Input data
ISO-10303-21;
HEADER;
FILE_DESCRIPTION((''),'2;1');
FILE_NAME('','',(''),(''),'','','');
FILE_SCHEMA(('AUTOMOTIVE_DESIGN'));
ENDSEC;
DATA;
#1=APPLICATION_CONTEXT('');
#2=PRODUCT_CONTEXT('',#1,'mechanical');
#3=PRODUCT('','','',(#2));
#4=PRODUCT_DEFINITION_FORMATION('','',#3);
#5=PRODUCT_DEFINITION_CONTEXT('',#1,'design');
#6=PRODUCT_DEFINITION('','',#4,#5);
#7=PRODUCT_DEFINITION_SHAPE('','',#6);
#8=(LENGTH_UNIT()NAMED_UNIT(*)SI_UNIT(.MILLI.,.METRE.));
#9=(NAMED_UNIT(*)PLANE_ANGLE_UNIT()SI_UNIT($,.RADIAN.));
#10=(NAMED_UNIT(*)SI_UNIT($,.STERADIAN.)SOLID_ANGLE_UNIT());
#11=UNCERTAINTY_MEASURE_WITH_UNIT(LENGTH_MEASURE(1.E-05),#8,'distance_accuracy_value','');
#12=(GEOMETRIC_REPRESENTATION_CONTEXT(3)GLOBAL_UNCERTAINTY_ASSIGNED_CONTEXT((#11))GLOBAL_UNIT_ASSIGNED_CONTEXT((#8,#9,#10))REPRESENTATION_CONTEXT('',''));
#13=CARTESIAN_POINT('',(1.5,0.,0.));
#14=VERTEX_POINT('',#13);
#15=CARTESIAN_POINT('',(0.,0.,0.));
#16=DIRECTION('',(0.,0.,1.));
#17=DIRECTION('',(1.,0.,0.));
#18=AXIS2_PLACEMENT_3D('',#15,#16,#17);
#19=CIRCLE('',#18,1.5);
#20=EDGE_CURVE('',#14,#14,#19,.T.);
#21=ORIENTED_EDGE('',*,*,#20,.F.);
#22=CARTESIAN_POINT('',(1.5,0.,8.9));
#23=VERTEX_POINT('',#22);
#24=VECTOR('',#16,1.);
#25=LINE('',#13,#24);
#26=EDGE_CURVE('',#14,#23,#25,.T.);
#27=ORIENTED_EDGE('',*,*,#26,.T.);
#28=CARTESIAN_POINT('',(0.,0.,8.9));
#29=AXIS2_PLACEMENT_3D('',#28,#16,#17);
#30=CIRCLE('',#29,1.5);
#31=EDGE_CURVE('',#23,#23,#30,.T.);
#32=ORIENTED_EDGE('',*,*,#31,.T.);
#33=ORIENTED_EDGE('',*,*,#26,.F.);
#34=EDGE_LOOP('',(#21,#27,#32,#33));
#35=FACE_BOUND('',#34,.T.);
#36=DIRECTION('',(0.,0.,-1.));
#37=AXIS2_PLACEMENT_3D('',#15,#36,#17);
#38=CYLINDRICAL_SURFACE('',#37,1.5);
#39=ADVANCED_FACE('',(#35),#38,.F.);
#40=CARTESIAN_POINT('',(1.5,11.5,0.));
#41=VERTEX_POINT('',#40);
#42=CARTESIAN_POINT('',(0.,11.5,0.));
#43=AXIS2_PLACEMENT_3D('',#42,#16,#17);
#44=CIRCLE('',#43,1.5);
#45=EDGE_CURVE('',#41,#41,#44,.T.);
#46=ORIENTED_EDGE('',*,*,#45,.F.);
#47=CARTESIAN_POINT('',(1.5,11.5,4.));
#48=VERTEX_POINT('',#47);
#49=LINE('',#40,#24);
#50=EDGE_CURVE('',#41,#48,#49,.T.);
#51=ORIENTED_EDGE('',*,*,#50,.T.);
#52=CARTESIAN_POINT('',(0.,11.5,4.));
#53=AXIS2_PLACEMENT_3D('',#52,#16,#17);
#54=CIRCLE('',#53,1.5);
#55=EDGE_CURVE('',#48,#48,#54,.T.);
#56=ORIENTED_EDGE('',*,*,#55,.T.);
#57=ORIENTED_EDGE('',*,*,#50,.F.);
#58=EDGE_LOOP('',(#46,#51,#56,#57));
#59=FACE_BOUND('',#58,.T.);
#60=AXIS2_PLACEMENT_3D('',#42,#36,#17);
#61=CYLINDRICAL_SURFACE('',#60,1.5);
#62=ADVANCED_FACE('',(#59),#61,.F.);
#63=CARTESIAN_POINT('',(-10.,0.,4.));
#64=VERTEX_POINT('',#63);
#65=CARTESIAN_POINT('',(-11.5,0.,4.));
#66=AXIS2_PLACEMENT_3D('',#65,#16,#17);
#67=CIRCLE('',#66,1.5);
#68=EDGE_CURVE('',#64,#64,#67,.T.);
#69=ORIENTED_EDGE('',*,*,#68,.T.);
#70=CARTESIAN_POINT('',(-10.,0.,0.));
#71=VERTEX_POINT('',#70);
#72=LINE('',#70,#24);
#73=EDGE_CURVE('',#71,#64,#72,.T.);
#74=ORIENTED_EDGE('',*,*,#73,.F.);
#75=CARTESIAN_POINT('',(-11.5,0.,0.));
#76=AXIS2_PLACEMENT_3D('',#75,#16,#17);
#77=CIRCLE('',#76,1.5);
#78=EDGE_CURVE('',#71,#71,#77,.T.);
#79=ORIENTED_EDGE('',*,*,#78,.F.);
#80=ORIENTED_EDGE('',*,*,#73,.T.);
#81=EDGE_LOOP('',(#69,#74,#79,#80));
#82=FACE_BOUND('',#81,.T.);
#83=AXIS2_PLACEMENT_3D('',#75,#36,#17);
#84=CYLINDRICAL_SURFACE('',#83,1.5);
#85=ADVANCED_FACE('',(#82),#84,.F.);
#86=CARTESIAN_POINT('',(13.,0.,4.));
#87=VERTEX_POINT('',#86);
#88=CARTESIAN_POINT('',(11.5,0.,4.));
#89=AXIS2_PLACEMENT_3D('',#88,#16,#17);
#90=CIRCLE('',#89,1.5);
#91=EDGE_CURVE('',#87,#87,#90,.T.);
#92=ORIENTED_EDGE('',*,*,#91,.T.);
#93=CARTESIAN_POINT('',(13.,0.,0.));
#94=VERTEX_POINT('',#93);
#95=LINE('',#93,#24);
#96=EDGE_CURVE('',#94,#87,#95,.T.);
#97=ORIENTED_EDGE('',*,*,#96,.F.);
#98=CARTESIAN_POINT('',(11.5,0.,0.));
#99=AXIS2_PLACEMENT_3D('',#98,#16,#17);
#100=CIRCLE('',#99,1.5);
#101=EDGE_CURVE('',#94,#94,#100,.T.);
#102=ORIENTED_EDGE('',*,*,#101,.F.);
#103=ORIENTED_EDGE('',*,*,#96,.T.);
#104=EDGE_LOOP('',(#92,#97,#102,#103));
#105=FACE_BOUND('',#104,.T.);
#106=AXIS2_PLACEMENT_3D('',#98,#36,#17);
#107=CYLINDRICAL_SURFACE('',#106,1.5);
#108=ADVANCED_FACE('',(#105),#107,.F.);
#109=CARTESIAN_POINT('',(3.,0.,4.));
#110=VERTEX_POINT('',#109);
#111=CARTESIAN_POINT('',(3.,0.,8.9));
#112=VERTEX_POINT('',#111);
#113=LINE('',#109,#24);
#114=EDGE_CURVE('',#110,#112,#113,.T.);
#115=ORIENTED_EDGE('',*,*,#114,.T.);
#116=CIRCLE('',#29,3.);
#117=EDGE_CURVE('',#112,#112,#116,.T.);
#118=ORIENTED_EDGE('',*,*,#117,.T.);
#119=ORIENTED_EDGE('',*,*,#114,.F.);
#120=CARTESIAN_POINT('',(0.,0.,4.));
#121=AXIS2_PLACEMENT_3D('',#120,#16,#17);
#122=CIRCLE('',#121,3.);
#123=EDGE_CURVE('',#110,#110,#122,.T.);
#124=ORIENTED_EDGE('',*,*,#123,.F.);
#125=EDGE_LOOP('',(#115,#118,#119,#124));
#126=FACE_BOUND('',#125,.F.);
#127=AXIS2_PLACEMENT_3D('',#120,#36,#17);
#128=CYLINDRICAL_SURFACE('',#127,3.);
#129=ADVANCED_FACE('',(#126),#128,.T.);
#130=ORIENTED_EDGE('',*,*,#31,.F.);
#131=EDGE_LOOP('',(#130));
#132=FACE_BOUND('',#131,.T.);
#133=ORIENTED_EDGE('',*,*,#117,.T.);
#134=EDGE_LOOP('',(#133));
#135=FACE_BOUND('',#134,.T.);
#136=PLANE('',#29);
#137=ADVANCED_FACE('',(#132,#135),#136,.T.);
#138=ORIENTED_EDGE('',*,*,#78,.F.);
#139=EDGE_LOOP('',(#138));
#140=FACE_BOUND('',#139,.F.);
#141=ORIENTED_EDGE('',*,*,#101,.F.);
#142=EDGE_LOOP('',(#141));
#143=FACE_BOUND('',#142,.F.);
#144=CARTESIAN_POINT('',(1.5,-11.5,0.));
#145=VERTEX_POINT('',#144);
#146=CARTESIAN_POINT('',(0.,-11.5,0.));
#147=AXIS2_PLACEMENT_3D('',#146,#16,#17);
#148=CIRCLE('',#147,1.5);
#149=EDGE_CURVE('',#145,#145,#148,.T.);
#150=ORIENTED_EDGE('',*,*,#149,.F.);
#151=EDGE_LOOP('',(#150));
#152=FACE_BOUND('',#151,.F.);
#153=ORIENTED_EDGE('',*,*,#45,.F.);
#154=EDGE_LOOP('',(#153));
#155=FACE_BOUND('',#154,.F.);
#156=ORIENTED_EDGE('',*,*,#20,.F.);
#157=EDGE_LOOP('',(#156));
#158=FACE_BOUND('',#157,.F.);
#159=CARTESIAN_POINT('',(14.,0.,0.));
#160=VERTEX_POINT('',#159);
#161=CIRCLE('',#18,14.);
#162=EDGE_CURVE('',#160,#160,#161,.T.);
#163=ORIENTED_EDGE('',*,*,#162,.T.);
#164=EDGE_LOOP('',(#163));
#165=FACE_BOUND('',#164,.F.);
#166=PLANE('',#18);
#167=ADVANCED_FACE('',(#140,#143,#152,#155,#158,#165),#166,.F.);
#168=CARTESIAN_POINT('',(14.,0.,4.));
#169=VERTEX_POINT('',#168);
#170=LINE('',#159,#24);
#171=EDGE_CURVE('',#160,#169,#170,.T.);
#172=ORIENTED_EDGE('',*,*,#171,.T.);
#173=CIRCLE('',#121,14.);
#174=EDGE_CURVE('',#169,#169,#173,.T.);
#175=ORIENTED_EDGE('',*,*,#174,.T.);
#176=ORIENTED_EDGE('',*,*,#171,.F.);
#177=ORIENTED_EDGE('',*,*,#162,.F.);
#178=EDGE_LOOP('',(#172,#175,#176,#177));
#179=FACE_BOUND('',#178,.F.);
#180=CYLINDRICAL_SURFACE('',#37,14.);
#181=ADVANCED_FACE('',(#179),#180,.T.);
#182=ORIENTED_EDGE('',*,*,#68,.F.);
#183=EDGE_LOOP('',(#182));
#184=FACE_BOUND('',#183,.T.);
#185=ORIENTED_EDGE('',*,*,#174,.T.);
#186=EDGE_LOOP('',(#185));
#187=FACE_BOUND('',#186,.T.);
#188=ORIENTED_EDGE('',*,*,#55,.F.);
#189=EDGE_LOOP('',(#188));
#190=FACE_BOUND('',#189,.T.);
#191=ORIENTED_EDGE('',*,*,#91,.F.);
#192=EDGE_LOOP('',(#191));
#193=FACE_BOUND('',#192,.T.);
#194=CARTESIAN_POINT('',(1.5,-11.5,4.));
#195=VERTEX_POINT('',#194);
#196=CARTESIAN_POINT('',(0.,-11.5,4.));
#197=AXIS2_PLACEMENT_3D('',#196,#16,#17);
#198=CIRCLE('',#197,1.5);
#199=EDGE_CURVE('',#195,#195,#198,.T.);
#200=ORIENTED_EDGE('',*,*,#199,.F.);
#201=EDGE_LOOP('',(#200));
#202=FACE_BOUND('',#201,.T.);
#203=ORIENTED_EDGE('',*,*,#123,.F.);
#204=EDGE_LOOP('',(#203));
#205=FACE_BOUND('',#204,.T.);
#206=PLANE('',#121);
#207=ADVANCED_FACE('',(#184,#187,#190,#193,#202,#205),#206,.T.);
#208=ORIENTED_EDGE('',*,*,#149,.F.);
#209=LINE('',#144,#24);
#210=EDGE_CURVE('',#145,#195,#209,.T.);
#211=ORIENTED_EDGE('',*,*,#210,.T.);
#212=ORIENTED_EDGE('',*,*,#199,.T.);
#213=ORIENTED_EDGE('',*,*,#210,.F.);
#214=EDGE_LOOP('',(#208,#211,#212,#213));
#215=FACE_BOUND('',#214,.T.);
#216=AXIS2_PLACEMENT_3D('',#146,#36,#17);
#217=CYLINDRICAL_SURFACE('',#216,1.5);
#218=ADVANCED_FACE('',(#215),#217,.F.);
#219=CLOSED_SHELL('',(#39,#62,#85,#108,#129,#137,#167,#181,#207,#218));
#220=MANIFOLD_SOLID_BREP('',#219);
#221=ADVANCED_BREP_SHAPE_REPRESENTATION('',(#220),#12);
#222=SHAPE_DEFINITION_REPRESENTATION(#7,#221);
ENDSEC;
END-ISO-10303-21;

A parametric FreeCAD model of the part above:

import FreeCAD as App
import Part
import Sketcher
Q = App.Units.Quantity

doc = App.newDocument("Part")
params = doc.addObject("Spreadsheet::Sheet", "Params")
for row, (alias, value) in enumerate([
    ("sketch1_diameter", "3 mm"),
    ("pad1_length", "8.9 mm"),
    ("sketch2_diameter", "6 mm"),
    ("pad2_length", "4.9 mm"),
    ("sketch3_diameter", "28 mm"),
    ("sketch3_diameter2", "3 mm"),
    ("pad3_length", "4 mm"),
], start=1):
    params.set(f"A{row}", alias)
    params.set(f"B{row}", "=" + value)
    params.setAlias(f"B{row}", alias)

body = doc.addObject("PartDesign::Body", "Body")

# Sketch on XY plane
sketch1 = doc.addObject("Sketcher::SketchObject", "Sketch")
body.addObject(sketch1)
sketch1.AttachmentSupport = (doc.XY_Plane, [""])
sketch1.MapMode = "FlatFace"
sketch1.addGeometry(Part.Circle(App.Vector(0, 0, 0), App.Vector(0, 0, 1), 1.5), False)
sketch1.addConstraint(Sketcher.Constraint("Coincident", 0, 3, -1, 1))
sketch1.addConstraint(Sketcher.Constraint("Diameter", 0, Q("3 mm")))
sketch1.setExpression("Constraints[1]", "Params.sketch1_diameter")
pad1 = doc.addObject("PartDesign::Pad", "Pad")
body.addObject(pad1)
pad1.Profile = sketch1
pad1.setExpression("Length", "Params.pad1_length")
body2 = doc.addObject("PartDesign::Body", "Body001")

# Sketch on XY plane
sketch2 = doc.addObject("Sketcher::SketchObject", "Sketch001")
body2.addObject(sketch2)
sketch2.AttachmentSupport = (doc.getObject("XY_Plane001"), [""])
sketch2.MapMode = "FlatFace"
sketch2.AttachmentOffset = App.Placement(App.Vector(0, 0, 4), App.Rotation())
sketch2.addGeometry(Part.Circle(App.Vector(0, 0, 0), App.Vector(0, 0, 1), 3), False)
sketch2.addConstraint(Sketcher.Constraint("Coincident", 0, 3, -1, 1))
sketch2.addConstraint(Sketcher.Constraint("Diameter", 0, Q("6 mm")))
sketch2.setExpression("Constraints[1]", "Params.sketch2_diameter")
pad2 = doc.addObject("PartDesign::Pad", "Pad001")
body2.addObject(pad2)
pad2.Profile = sketch2
pad2.setExpression("Length", "Params.pad2_length")
body3 = doc.addObject("PartDesign::Body", "Body002")

# Sketch on XY plane
sketch3 = doc.addObject("Sketcher::SketchObject", "Sketch002")
body3.addObject(sketch3)
sketch3.AttachmentSupport = (doc.getObject("XY_Plane002"), [""])
sketch3.MapMode = "FlatFace"
sketch3.addGeometry(Part.Circle(App.Vector(0, 0, 0), App.Vector(0, 0, 1), 14), False)
sketch3.addGeometry(Part.Circle(App.Vector(0, -11.5, 0), App.Vector(0, 0, 1), 1.5), False)
sketch3.addGeometry(Part.Circle(App.Vector(-11.5, 0, 0), App.Vector(0, 0, 1), 1.5), False)
sketch3.addGeometry(Part.Circle(App.Vector(11.5, 0, 0), App.Vector(0, 0, 1), 1.5), False)
sketch3.addGeometry(Part.Circle(App.Vector(0, 11.5, 0), App.Vector(0, 0, 1), 1.5), False)
sketch3.addConstraint(Sketcher.Constraint("Coincident", 0, 3, -1, 1))
sketch3.addConstraint(Sketcher.Constraint("Equal", 1, 2))
sketch3.addConstraint(Sketcher.Constraint("Equal", 2, 3))
sketch3.addConstraint(Sketcher.Constraint("Equal", 3, 4))
sketch3.addConstraint(Sketcher.Constraint("Symmetric", 2, 3, 3, 3, -1, 1))
sketch3.addConstraint(Sketcher.Constraint("Symmetric", 1, 3, 4, 3, -1, 1))
sketch3.addConstraint(Sketcher.Constraint("PointOnObject", 1, 3, -2))
sketch3.addConstraint(Sketcher.Constraint("PointOnObject", 2, 3, -1))
sketch3.addConstraint(Sketcher.Constraint("Diameter", 0, Q("28 mm")))
sketch3.addConstraint(Sketcher.Constraint("Diameter", 1, Q("3 mm")))
sketch3.addConstraint(Sketcher.Constraint("DistanceX", 2, 3, 3, 3, Q("23 mm")))
sketch3.addConstraint(Sketcher.Constraint("DistanceY", 1, 3, 4, 3, Q("23 mm")))
sketch3.setExpression("Constraints[8]", "Params.sketch3_diameter")
sketch3.setExpression("Constraints[9]", "Params.sketch3_diameter2")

What you will do
Which lines above run from the one containing "#113=LINE('',#109,#24);" down to the one containing "#127=AXIS2_PLACEMENT_3D('',#120,#36,#17);"? Repeat exactly those, both ends included, and nothing else.

Task result
#113=LINE('',#109,#24);
#114=EDGE_CURVE('',#110,#112,#113,.T.);
#115=ORIENTED_EDGE('',*,*,#114,.T.);
#116=CIRCLE('',#29,3.);
#117=EDGE_CURVE('',#112,#112,#116,.T.);
#118=ORIENTED_EDGE('',*,*,#117,.T.);
#119=ORIENTED_EDGE('',*,*,#114,.F.);
#120=CARTESIAN_POINT('',(0.,0.,4.));
#121=AXIS2_PLACEMENT_3D('',#120,#16,#17);
#122=CIRCLE('',#121,3.);
#123=EDGE_CURVE('',#110,#110,#122,.T.);
#124=ORIENTED_EDGE('',*,*,#123,.F.);
#125=EDGE_LOOP('',(#115,#118,#119,#124));
#126=FACE_BOUND('',#125,.F.);
#127=AXIS2_PLACEMENT_3D('',#120,#36,#17);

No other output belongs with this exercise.